___ The data

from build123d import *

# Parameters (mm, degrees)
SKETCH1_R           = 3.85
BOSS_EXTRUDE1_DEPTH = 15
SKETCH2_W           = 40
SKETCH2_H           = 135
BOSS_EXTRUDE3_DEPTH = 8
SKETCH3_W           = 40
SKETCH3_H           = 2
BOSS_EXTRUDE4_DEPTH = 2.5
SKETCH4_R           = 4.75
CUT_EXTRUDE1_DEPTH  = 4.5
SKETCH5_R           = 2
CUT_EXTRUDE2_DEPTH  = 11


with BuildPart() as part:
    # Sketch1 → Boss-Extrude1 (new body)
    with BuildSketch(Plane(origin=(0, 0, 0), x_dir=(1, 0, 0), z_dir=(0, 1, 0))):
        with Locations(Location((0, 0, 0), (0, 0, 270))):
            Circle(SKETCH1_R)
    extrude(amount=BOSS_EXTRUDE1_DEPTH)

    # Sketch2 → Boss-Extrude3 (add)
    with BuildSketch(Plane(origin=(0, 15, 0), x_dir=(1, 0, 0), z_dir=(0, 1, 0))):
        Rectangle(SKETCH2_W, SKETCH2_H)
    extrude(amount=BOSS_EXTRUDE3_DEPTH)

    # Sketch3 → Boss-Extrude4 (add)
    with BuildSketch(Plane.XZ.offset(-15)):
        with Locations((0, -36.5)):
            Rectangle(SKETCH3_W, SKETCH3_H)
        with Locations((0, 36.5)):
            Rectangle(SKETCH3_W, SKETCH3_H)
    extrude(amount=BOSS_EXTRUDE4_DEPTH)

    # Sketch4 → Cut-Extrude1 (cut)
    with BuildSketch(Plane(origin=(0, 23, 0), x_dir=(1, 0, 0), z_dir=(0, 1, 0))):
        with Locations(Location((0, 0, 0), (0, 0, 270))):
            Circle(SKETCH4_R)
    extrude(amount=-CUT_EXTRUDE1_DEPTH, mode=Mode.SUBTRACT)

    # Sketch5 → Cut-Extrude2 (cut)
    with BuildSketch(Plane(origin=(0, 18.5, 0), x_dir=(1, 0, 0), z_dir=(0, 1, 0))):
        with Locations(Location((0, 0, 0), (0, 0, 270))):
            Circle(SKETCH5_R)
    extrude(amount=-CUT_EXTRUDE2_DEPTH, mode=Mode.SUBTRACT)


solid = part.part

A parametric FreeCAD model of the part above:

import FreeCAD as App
import Part
import Sketcher
from FreeCAD import Vector

doc = App.newDocument("Part")
body = doc.addObject("PartDesign::Body", "Body")

sketch1 = body.newObject("Sketcher::SketchObject", "Sketch")
sketch1.AttachmentSupport = (doc.getObject("XZ_Plane"), [""])
sketch1.MapMode = "FlatFace"
sketch1.addGeometry(Part.Circle(Vector(0, 0, 0), Vector(0, 0, 1), 3.85), False)
sketch1.addConstraint(Sketcher.Constraint("Coincident", 0, 3, -1, 1))
sketch1.addConstraint(Sketcher.Constraint("Diameter", 0, 7.7))
pad1 = body.newObject("PartDesign::Pad", "Pad")
pad1.Profile = sketch1
pad1.Length = 15
pad1.Reversed = True

sketch2 = body.newObject("Sketcher::SketchObject", "Sketch001")
sketch2.AttachmentSupport = (doc.getObject("XZ_Plane"), [""])
sketch2.MapMode = "FlatFace"
sketch2.AttachmentOffset = App.Placement(Vector(0, 0, -15), App.Rotation())
sketch2.addGeometry(Part.LineSegment(Vector(-20, -67.5, 0), Vector(-20, 67.5, 0)), False)
sketch2.addGeometry(Part.LineSegment(Vector(-20, 67.5, 0), Vector(20, 67.5, 0)), False)
sketch2.addGeometry(Part.LineSegment(Vector(20, 67.5, 0), Vector(20, -67.5, 0)), False)
sketch2.addGeometry(Part.LineSegment(Vector(20, -67.5, 0), Vector(-20, -67.5, 0)), False)
sketch2.addConstraint(Sketcher.Constraint("Coincident", 0, 2, 1, 1))
sketch2.addConstraint(Sketcher.Constraint("Coincident", 1, 2, 2, 1))
sketch2.addConstraint(Sketcher.Constraint("Coincident", 2, 2, 3, 1))
sketch2.addConstraint(Sketcher.Constraint("Coincident", 3, 2, 0, 1))
sketch2.addConstraint(Sketcher.Constraint("Vertical", 0))
sketch2.addConstraint(Sketcher.Constraint("Horizontal", 1))
sketch2.addConstraint(Sketcher.Constraint("Vertical", 2))
sketch2.addConstraint(Sketcher.Constraint("Horizontal", 3))
sketch2.addConstraint(Sketcher.Constraint("Symmetric", 0, 2, 2, 2, -1, 1))
sketch2.addConstraint(Sketcher.Constraint("DistanceX", 1, 1, 1, 2, 40.0))
sketch2.addConstraint(Sketcher.Constraint("DistanceY", 0, 1, 0, 2, 135.0))
pad2 = body.newObject("PartDesign::Pad", "Pad001")
pad2.Profile = sketch2
pad2.Length = 8
pad2.Reversed = True

sketch3 = body.newObject("Sketcher::SketchObject", "Sketch002")
sketch3.AttachmentSupport = (doc.getObject("XZ_Plane"), [""])
sketch3.MapMode = "FlatFace"
sketch3.AttachmentOffset = App.Placement(Vector(0, 0, -15), App.Rotation())
sketch3.addGeometry(Part.LineSegment(Vector(-20, -35.5, 0), Vector(-20, -37.5, 0)), False)
sketch3.addGeometry(Part.LineSegment(Vector(-20, -37.5, 0), Vector(20, -37.5, 0)), False)
sketch3.addGeometry(Part.LineSegment(Vector(20, -37.5, 0), Vector(20, -35.5, 0)), False)
sketch3.addGeometry(Part.LineSegment(Vector(20, -35.5, 0), Vector(-20, -35.5, 0)), False)
sketch3.addGeometry(Part.LineSegment(Vector(-20, 37.5, 0), Vector(-20, 35.5, 0)), False)
sketch3.addGeometry(Part.LineSegment(Vector(-20, 35.5, 0), Vector(20, 35.5, 0)), False)
sketch3.addGeometry(Part.LineSegment(Vector(20, 35.5, 0), Vector(20, 37.5, 0)), False)
sketch3.addGeometry(Part.LineSegment(Vector(20, 37.5, 0), Vector(-20, 37.5, 0)), False)
sketch3.addConstraint(Sketcher.Constraint("Coincident", 0, 2, 1, 1))
sketch3.addConstraint(Sketcher.Constraint("Coincident", 1, 2, 2, 1))
sketch3.addConstraint(Sketcher.Constraint("Coincident", 2, 2, 3, 1))
sketch3.addConstraint(Sketcher.Constraint("Coincident", 3, 2, 0, 1))
sketch3.addConstraint(Sketcher.Constraint("Coincident", 4, 2, 5, 1))
sketch3.addConstraint(Sketcher.Constraint("Coincident", 5, 2, 6, 1))
sketch3.addConstraint(Sketcher.Constraint("Coincident", 6, 2, 7, 1))
sketch3.addConstraint(Sketcher.Constraint("Coincident", 7, 2, 4, 1))
sketch3.addConstraint(Sketcher.Constraint("Vertical", 0))
sketch3.addConstraint(Sketcher.Constraint("Horizontal", 1))
sketch3.addConstraint(Sketcher.Constraint("Vertical", 2))
sketch3.addConstraint(Sketcher.Constraint("Horizontal", 3))
sketch3.addConstraint(Sketcher.Constraint("Vertical", 4))
sketch3.addConstraint(Sketcher.Constraint("Horizontal", 5))
sketch3.addConstraint(Sketcher.Constraint("Vertical", 6))
sketch3.addConstraint(Sketcher.Constraint("Horizontal", 7))
sketch3.addConstraint(Sketcher.Constraint("Symmetric", 2, 2, 4, 2, -1, 1))
sketch3.addConstraint(Sketcher.Constraint("Symmetric", 0, 2, 6, 2, -1, 1))
sketch3.addConstraint(Sketcher.Constraint("Vertical", 3, 2, 4, 2))
sketch3.addConstraint(Sketcher.Constraint("DistanceX", 1, 1, 1, 2, 40.0))
sketch3.addConstraint(Sketcher.Constraint("DistanceY", 0, 2, 0, 1, 2.0))
sketch3.addConstraint(Sketcher.Constraint("DistanceY", 3, 2, 4, 2, 71.0))
pad3 = body.newObject("PartDesign::Pad", "Pad002")
pad3.Profile = sketch3
pad3.Length = 2.5

sketch4 = body.newObject("Sketcher::SketchObject", "Sketch003")
sketch4.AttachmentSupport = (doc.getObject("XZ_Plane"), [""])
sketch4.MapMode = "FlatFace"
sketch4.AttachmentOffset = App.Placement(Vector(0, 0, -23), App.Rotation())
sketch4.addGeometry(Part.Circle(Vector(0, 0, 0), Vector(0, 0, 1), 4.75), False)
sketch4.addConstraint(Sketcher.Constraint("Coincident", 0, 3, -1, 1))
sketch4.addConstraint(Sketcher.Constraint("Diameter", 0, 9.5))
pocket1 = body.newObject("PartDesign::Pocket", "Pocket")
pocket1.Profile = sketch4
pocket1.Length = 4.5
pocket1.Reversed = True

sketch5 = body.newObject("Sketcher::SketchObject", "Sketch004")
sketch5.AttachmentSupport = (doc.getObject("XZ_Plane"), [""])
sketch5.MapMode = "FlatFace"
sketch5.AttachmentOffset = App.Placement(Vector(0, 0, -18.5), App.Rotation())
sketch5.addGeometry(Part.Circle(Vector(0, 0, 0), Vector(0, 0, 1), 2), False)
sketch5.addConstraint(Sketcher.Constraint("Coincident", 0, 3, -1, 1))
sketch5.addConstraint(Sketcher.Constraint("Diameter", 0, 4.0))
pocket2 = body.newObject("PartDesign::Pocket", "Pocket001")
pocket2.Profile = sketch5
pocket2.Length = 11
pocket2.Reversed = True

doc.recompute()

______

Your assignment:
For each line in the data that contains the string "with", give a copy of that line.

Solution to this exercise:
with BuildPart() as part:
    with BuildSketch(Plane(origin=(0, 0, 0), x_dir=(1, 0, 0), z_dir=(0, 1, 0))):
        with Locations(Location((0, 0, 0), (0, 0, 270))):
    with BuildSketch(Plane(origin=(0, 15, 0), x_dir=(1, 0, 0), z_dir=(0, 1, 0))):
    with BuildSketch(Plane.XZ.offset(-15)):
        with Locations((0, -36.5)):
        with Locations((0, 36.5)):
    with BuildSketch(Plane(origin=(0, 23, 0), x_dir=(1, 0, 0), z_dir=(0, 1, 0))):
        with Locations(Location((0, 0, 0), (0, 0, 270))):
    with BuildSketch(Plane(origin=(0, 18.5, 0), x_dir=(1, 0, 0), z_dir=(0, 1, 0))):
        with Locations(Location((0, 0, 0), (0, 0, 270))):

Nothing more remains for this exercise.